FAJAR.CO.ID, NASIONAL-- Ketua Komisi III Dewan Perwakilan Rakyat (DPR) Habiburokhman mengklaim Rancangan Undang-Undang tentang Hukum Acara Pidana atau Kitab Undang-Undang Hukum Acara Pidana (KUHAP) merupakan produk perundang-undangan paling partisipatif.
Terkait pembahasan RUU KUHAP, DPR pada awalnya menyatakan, bahwa akan melanjutkan pembahasan tentang setelah masa reses Lebaran 2025.
Namun, keputusan itu berubah, Habiburokhman selaku politikus Partai Gerindra mengumumkan pembahasan RUU KUHAP akan dilakukan pada masa sidang berikutnya.
Alasan sementara yakni, masa sidang kali ini hanya 25 hari aktif. Adapun pembahasan RUU idealnya membutuhkan durasi paling lama hingga dua bulan.
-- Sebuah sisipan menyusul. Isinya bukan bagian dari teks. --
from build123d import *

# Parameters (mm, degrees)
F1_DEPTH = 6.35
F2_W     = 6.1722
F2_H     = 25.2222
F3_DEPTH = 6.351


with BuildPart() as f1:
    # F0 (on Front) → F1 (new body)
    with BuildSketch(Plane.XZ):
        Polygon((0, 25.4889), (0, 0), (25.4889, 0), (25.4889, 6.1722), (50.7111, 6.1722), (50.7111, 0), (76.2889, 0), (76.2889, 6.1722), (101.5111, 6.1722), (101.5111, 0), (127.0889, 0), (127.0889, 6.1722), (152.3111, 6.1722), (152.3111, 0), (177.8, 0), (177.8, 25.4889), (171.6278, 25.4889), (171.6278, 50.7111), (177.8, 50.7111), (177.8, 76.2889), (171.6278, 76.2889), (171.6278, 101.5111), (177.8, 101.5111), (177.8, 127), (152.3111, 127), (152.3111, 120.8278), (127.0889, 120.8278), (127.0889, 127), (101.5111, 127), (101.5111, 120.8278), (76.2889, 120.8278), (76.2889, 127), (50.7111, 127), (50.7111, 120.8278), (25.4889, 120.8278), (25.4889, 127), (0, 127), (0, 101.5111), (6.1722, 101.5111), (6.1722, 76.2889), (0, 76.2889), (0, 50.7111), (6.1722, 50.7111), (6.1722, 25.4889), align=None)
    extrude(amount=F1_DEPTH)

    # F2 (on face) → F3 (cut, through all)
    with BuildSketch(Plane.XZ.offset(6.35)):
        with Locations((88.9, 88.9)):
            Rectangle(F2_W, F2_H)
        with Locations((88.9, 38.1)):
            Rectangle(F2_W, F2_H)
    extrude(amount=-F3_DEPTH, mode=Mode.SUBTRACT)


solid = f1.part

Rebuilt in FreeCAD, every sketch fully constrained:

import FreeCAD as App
import Part
import Sketcher
Q = App.Units.Quantity

doc = App.newDocument("Part")
body = doc.addObject("PartDesign::Body", "Body")

# Sketch on XZ plane
sketch1 = body.newObject("Sketcher::SketchObject", "Sketch")
sketch1.AttachmentSupport = (doc.getObject("XZ_Plane"), [""])
sketch1.MapMode = "FlatFace"
sketch1.addGeometry([
    Part.LineSegment(App.Vector(0, 25, 0), App.Vector(0, 0, 0)),  # 0
    Part.LineSegment(App.Vector(0, 0, 0), App.Vector(25, 0, 0)),  # 1
    Part.LineSegment(App.Vector(25, 0, 0), App.Vector(25, 6, 0)),  # 2
    Part.LineSegment(App.Vector(25, 6, 0), App.Vector(51, 6, 0)),  # 3
    Part.LineSegment(App.Vector(51, 6, 0), App.Vector(51, 0, 0)),  # 4
    Part.LineSegment(App.Vector(51, 0, 0), App.Vector(76, 0, 0)),  # 5
    Part.LineSegment(App.Vector(76, 0, 0), App.Vector(76, 6, 0)),  # 6
    Part.LineSegment(App.Vector(76, 6, 0), App.Vector(102, 6, 0)),  # 7
    Part.LineSegment(App.Vector(102, 6, 0), App.Vector(102, 0, 0)),  # 8
    Part.LineSegment(App.Vector(102, 0, 0), App.Vector(127, 0, 0)),  # 9
    Part.LineSegment(App.Vector(127, 0, 0), App.Vector(127, 6, 0)),  # 10
    Part.LineSegment(App.Vector(127, 6, 0), App.Vector(152, 6, 0)),  # 11
    Part.LineSegment(App.Vector(152, 6, 0), App.Vector(152, 0, 0)),  # 12
    Part.LineSegment(App.Vector(152, 0, 0), App.Vector(178, 0, 0)),  # 13
    Part.LineSegment(App.Vector(178, 0, 0), App.Vector(178, 25, 0)),  # 14
    Part.LineSegment(App.Vector(178, 25, 0), App.Vector(172, 25, 0)),  # 15
    Part.LineSegment(App.Vector(172, 25, 0), App.Vector(172, 51, 0)),  # 16
    Part.LineSegment(App.Vector(172, 51, 0), App.Vector(178, 51, 0)),  # 17
    Part.LineSegment(App.Vector(178, 51, 0), App.Vector(178, 76, 0)),  # 18
    Part.LineSegment(App.Vector(178, 76, 0), App.Vector(172, 76, 0)),  # 19
    Part.LineSegment(App.Vector(172, 76, 0), App.Vector(172, 102, 0)),  # 20
    Part.LineSegment(App.Vector(172, 102, 0), App.Vector(178, 102, 0)),  # 21
    Part.LineSegment(App.Vector(178, 102, 0), App.Vector(178, 127, 0)),  # 22
    Part.LineSegment(App.Vector(178, 127, 0), App.Vector(152, 127, 0)),  # 23
    Part.LineSegment(App.Vector(152, 127, 0), App.Vector(152, 121, 0)),  # 24
    Part.LineSegment(App.Vector(152, 121, 0), App.Vector(127, 121, 0)),  # 25
    Part.LineSegment(App.Vector(127, 121, 0), App.Vector(127, 127, 0)),  # 26
    Part.LineSegment(App.Vector(127, 127, 0), App.Vector(102, 127, 0)),  # 27
    Part.LineSegment(App.Vector(102, 127, 0), App.Vector(102, 121, 0)),  # 28
    Part.LineSegment(App.Vector(102, 121, 0), App.Vector(76, 121, 0)),  # 29
    Part.LineSegment(App.Vector(76, 121, 0), App.Vector(76, 127, 0)),  # 30
    Part.LineSegment(App.Vector(76, 127, 0), App.Vector(51, 127, 0)),  # 31
    Part.LineSegment(App.Vector(51, 127, 0), App.Vector(51, 121, 0)),  # 32
    Part.LineSegment(App.Vector(51, 121, 0), App.Vector(25, 121, 0)),  # 33
    Part.LineSegment(App.Vector(25, 121, 0), App.Vector(25, 127, 0)),  # 34
    Part.LineSegment(App.Vector(25, 127, 0), App.Vector(0, 127, 0)),  # 35
    Part.LineSegment(App.Vector(0, 127, 0), App.Vector(0, 102, 0)),  # 36
    Part.LineSegment(App.Vector(0, 102, 0), App.Vector(6, 102, 0)),  # 37
    Part.LineSegment(App.Vector(6, 102, 0), App.Vector(6, 76, 0)),  # 38
    Part.LineSegment(App.Vector(6, 76, 0), App.Vector(0, 76, 0)),  # 39
    Part.LineSegment(App.Vector(0, 76, 0), App.Vector(0, 51, 0)),  # 40
    Part.LineSegment(App.Vector(0, 51, 0), App.Vector(6, 51, 0)),  # 41
    Part.LineSegment(App.Vector(6, 51, 0), App.Vector(6, 25, 0)),  # 42
    Part.LineSegment(App.Vector(6, 25, 0), App.Vector(0, 25, 0)),  # 43
], False)
sketch1.addConstraint([
    Sketcher.Constraint("Coincident", 0, 2, 1, 1),
    Sketcher.Constraint("Coincident", 1, 2, 2, 1),
    Sketcher.Constraint("Coincident", 2, 2, 3, 1),
    Sketcher.Constraint("Coincident", 3, 2, 4, 1),
    Sketcher.Constraint("Coincident", 4, 2, 5, 1),
    Sketcher.Constraint("Coincident", 5, 2, 6, 1),
    Sketcher.Constraint("Coincident", 6, 2, 7, 1),
    Sketcher.Constraint("Coincident", 7, 2, 8, 1),
    Sketcher.Constraint("Coincident", 8, 2, 9, 1),
    Sketcher.Constraint("Coincident", 9, 2, 10, 1),
    Sketcher.Constraint("Coincident", 10, 2, 11, 1),
    Sketcher.Constraint("Coincident", 11, 2, 12, 1),
    Sketcher.Constraint("Coincident", 12, 2, 13, 1),
    Sketcher.Constraint("Coincident", 13, 2, 14, 1),
    Sketcher.Constraint("Coincident", 14, 2, 15, 1),
    Sketcher.Constraint("Coincident", 15, 2, 16, 1),
    Sketcher.Constraint("Coincident", 16, 2, 17, 1),
    Sketcher.Constraint("Coincident", 17, 2, 18, 1),
    Sketcher.Constraint("Coincident", 18, 2, 19, 1),
    Sketcher.Constraint("Coincident", 19, 2, 20, 1),
    Sketcher.Constraint("Coincident", 20, 2, 21, 1),
    Sketcher.Constraint("Coincident", 21, 2, 22, 1),
    Sketcher.Constraint("Coincident", 22, 2, 23, 1),
    Sketcher.Constraint("Coincident", 23, 2, 24, 1),
    Sketcher.Constraint("Coincident", 24, 2, 25, 1),
    Sketcher.Constraint("Coincident", 25, 2, 26, 1),
    Sketcher.Constraint("Coincident", 26, 2, 27, 1),
    Sketcher.Constraint("Coincident", 27, 2, 28, 1),
    Sketcher.Constraint("Coincident", 28, 2, 29, 1),
    Sketcher.Constraint("Coincident", 29, 2, 30, 1),
    Sketcher.Constraint("Coincident", 30, 2, 31, 1),
    Sketcher.Constraint("Coincident", 31, 2, 32, 1),
    Sketcher.Constraint("Coincident", 32, 2, 33, 1),
    Sketcher.Constraint("Coincident", 33, 2, 34, 1),
    Sketcher.Constraint("Coincident", 34, 2, 35, 1),
    Sketcher.Constraint("Coincident", 35, 2, 36, 1),
    Sketcher.Constraint("Coincident", 36, 2, 37, 1),
    Sketcher.Constraint("Coincident", 37, 2, 38, 1),
    Sketcher.Constraint("Coincident", 38, 2, 39, 1),
    Sketcher.Constraint("Coincident", 39, 2, 40, 1),
    Sketcher.Constraint("Coincident", 40, 2, 41, 1),
    Sketcher.Constraint("Coincident", 41, 2, 42, 1),
    Sketcher.Constraint("Coincident", 42, 2, 43, 1),
    Sketcher.Constraint("Coincident", 43, 2, 0, 1),
    Sketcher.Constraint("Vertical", 0),
    Sketcher.Constraint("Horizontal", 1),
    Sketcher.Constraint("Vertical", 2),
    Sketcher.Constraint("Horizontal", 3),
    Sketcher.Constraint("Vertical", 4),
    Sketcher.Constraint("Horizontal", 5),
    Sketcher.Constraint("Vertical", 6),
    Sketcher.Constraint("Horizontal", 7),
    Sketcher.Constraint("Vertical", 8),
    Sketcher.Constraint("Horizontal", 9),
    Sketcher.Constraint("Vertical", 10),
    Sketcher.Constraint("Horizontal", 11),
    Sketcher.Constraint("Vertical", 12),
    Sketcher.Constraint("Horizontal", 13),
    Sketcher.Constraint("Vertical", 14),
    Sketcher.Constraint("Horizontal", 15),
    Sketcher.Constraint("Vertical", 16),
    Sketcher.Constraint("Horizontal", 17),
    Sketcher.Constraint("Vertical", 18),
    Sketcher.Constraint("Horizontal", 19),
    Sketcher.Constraint("Vertical", 20),
    Sketcher.Constraint("Horizontal", 21),
    Sketcher.Constraint("Vertical", 22),
    Sketcher.Constraint("Horizontal", 23),
    Sketcher.Constraint("Vertical", 24),
    Sketcher.Constraint("Horizontal", 25),
    Sketcher.Constraint("Vertical", 26),
    Sketcher.Constraint("Horizontal", 27),
    Sketcher.Constraint("Vertical", 28),
    Sketcher.Constraint("Horizontal", 29),
    Sketcher.Constraint("Vertical", 30),
    Sketcher.Constraint("Horizontal", 31),
    Sketcher.Constraint("Vertical", 32),
    Sketcher.Constraint("Horizontal", 33),
    Sketcher.Constraint("Vertical", 34),
    Sketcher.Constraint("Horizontal", 35),
    Sketcher.Constraint("Vertical", 36),
    Sketcher.Constraint("Horizontal", 37),
    Sketcher.Constraint("Vertical", 38),
    Sketcher.Constraint("Horizontal", 39),
    Sketcher.Constraint("Vertical", 40),
    Sketcher.Constraint("Horizontal", 41),
    Sketcher.Constraint("Vertical", 42),
    Sketcher.Constraint("Horizontal", 43),
    Sketcher.Constraint("Coincident", 0, 2, -1, 1),
    Sketcher.Constraint("PointOnObject", 4, 2, -1),
    Sketcher.Constraint("PointOnObject", 8, 2, -1),
    Sketcher.Constraint("PointOnObject", 12, 2, -1),
    Sketcher.Constraint("PointOnObject", 35, 2, -2),
    Sketcher.Constraint("PointOnObject", 39, 2, -2),
    Sketcher.Constraint("Horizontal", 3, 2, 6, 2),
    Sketcher.Constraint("Horizontal", 7, 2, 10, 2),
    Sketcher.Constraint("Horizontal", 23, 2, 26, 2),
    Sketcher.Constraint("Horizontal", 25, 2, 28, 2),
    Sketcher.Constraint("Horizontal", 27, 2, 30, 2),
    Sketcher.Constraint("Horizontal", 29, 2, 32, 2),
    Sketcher.Constraint("Horizontal", 31, 2, 34, 2),
    Sketcher.Constraint("Horizontal", 21, 2, 36, 2),
    Sketcher.Constraint("Horizontal", 19, 2, 38, 2),
    Sketcher.Constraint("Horizontal", 17, 2, 40, 2),
    Sketcher.Constraint("Horizontal", 15, 2, 42, 2),
    Sketcher.Constraint("Vertical", 14, 2, 17, 2),
    Sketcher.Constraint("Vertical", 16, 2, 19, 2),
    Sketcher.Constraint("Vertical", 18, 2, 21, 2),
    Sketcher.Constraint("Vertical", 12, 2, 23, 2),
    Sketcher.Constraint("Vertical", 10, 2, 25, 2),
    Sketcher.Constraint("Vertical", 8, 2, 27, 2),
    Sketcher.Constraint("Vertical", 6, 2, 29, 2),
    Sketcher.Constraint("Vertical", 4, 2, 31, 2),
    Sketcher.Constraint("Vertical", 2, 2, 33, 2),
    Sketcher.Constraint("Vertical", 38, 2, 41, 2),
    Sketcher.Constraint("Equal", 3, 7),
    Sketcher.Constraint("Equal", 5, 9),
    Sketcher.Constraint("Equal", 7, 11),
    Sketcher.Constraint("Equal", 1, 13),
    Sketcher.Constraint("Equal", 21, 37),
    Sketcher.Constraint("Equal", 35, 0),
    Sketcher.Constraint("Equal", 43, 2),
    Sketcher.Constraint("Equal", 33, 16),
    Sketcher.Constraint("Equal", 31, 18),
    Sketcher.Constraint("Equal", 16, 20),
    Sketcher.Constraint("Equal", 14, 22),
    Sketcher.Constraint("Equal", 12, 24),
    Sketcher.Constraint("DistanceX", -1, 1, 13, 2, Q("7 in")),
    Sketcher.Constraint("DistanceY", -1, 1, 22, 2, Q("5 in")),
    Sketcher.Constraint("DistanceX", 3, 1, 3, 2, Q("0.993 in")),
    Sketcher.Constraint("DistanceX", 15, 2, 15, 1, Q("0.243 in")),
])
pad1 = body.newObject("PartDesign::Pad", "Pad")
pad1.Profile = sketch1
pad1.Length = Q("0.25 in")

# Sketch on XZ plane
sketch2 = body.newObject("Sketcher::SketchObject", "Sketch001")
sketch2.AttachmentSupport = (doc.getObject("XZ_Plane"), [""])
sketch2.MapMode = "FlatFace"
sketch2.AttachmentOffset = App.Placement(App.Vector(0, 0, 0.25 * 25.4), App.Rotation())
sketch2.addGeometry([
    Part.LineSegment(App.Vector(86, 102, 0), App.Vector(86, 76, 0)),  # 0
    Part.LineSegment(App.Vector(86, 76, 0), App.Vector(92, 76, 0)),  # 1
    Part.LineSegment(App.Vector(92, 76, 0), App.Vector(92, 102, 0)),  # 2
    Part.LineSegment(App.Vector(92, 102, 0), App.Vector(86, 102, 0)),  # 3
    Part.LineSegment(App.Vector(86, 51, 0), App.Vector(86, 25, 0)),  # 4
    Part.LineSegment(App.Vector(86, 25, 0), App.Vector(92, 25, 0)),  # 5
    Part.LineSegment(App.Vector(92, 25, 0), App.Vector(92, 51, 0)),  # 6
    Part.LineSegment(App.Vector(92, 51, 0), App.Vector(86, 51, 0)),  # 7
], False)
sketch2.addConstraint([
    Sketcher.Constraint("Coincident", 0, 2, 1, 1),
    Sketcher.Constraint("Coincident", 1, 2, 2, 1),
    Sketcher.Constraint("Coincident", 2, 2, 3, 1),
    Sketcher.Constraint("Coincident", 3, 2, 0, 1),
    Sketcher.Constraint("Coincident", 4, 2, 5, 1),
    Sketcher.Constraint("Coincident", 5, 2, 6, 1),
    Sketcher.Constraint("Coincident", 6, 2, 7, 1),
    Sketcher.Constraint("Coincident", 7, 2, 4, 1),
    Sketcher.Constraint("Vertical", 0),
    Sketcher.Constraint("Horizontal", 1),
    Sketcher.Constraint("Vertical", 2),
    Sketcher.Constraint("Horizontal", 3),
    Sketcher.Constraint("Vertical", 4),
    Sketcher.Constraint("Horizontal", 5),
    Sketcher.Constraint("Vertical", 6),
    Sketcher.Constraint("Horizontal", 7),
    Sketcher.Constraint("Vertical", 3, 2, 4, 2),
    Sketcher.Constraint("Vertical", 2, 2, 5, 2),
    Sketcher.Constraint("Equal", 2, 4),
    Sketcher.Constraint("DistanceY", 4, 2, 0, 2, Q("2 in")),
    Sketcher.Constraint("DistanceX", 1, 1, 1, 2, Q("0.243 in")),
    Sketcher.Constraint("DistanceY", 0, 2, 0, 1, Q("0.993 in")),
    Sketcher.Constraint("DistanceX", -1, 1, 0, 2, Q("3.3785 in")),
    Sketcher.Constraint("DistanceY", -1, 1, 0, 2, Q("3.0035 in")),
])
pocket1 = body.newObject("PartDesign::Pocket", "Pocket")
pocket1.Profile = sketch2
pocket1.Type = "ThroughAll"

doc.recompute()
Penjelasan tersebut mendapat respons dari lembaga pegiat hukum, yakni Yayasan Institute for Criminal Justice Reform (ICJR).
ICJR kemudian menanggapi beberapa sisi, salah satunya soal klaim Komisi III DPR bahwa pembentukan RUU KUHAP paling partisipatif.
Pelaksana Tugas Direktur Eksekutif ICJR, Maidina Rahmawati mengatakan belum bisa menilai apakah pembentukan RUU KUHAP sudah cukup melibatkan partisipasi masyarakat atau tidak.
“Kami belum bisa menyimpulkan partisipatif atau tidak, karena dibenturkan oleh pernyataan Habiburokhman bahwa pembahasan ini masih tahap awal,” ujar Maidina, dikutip Senin, (21/4/2025)
Maidina kemudian mengatakan, Koalisi Masyarakat Sipil memang sempat diundang oleh Badan Keahlian DPR pada Januari 2025. Namun, Koalisi Masyarakat Sipil ICJR bagian dari koalisi tidak mendapatkan informasi lanjutan.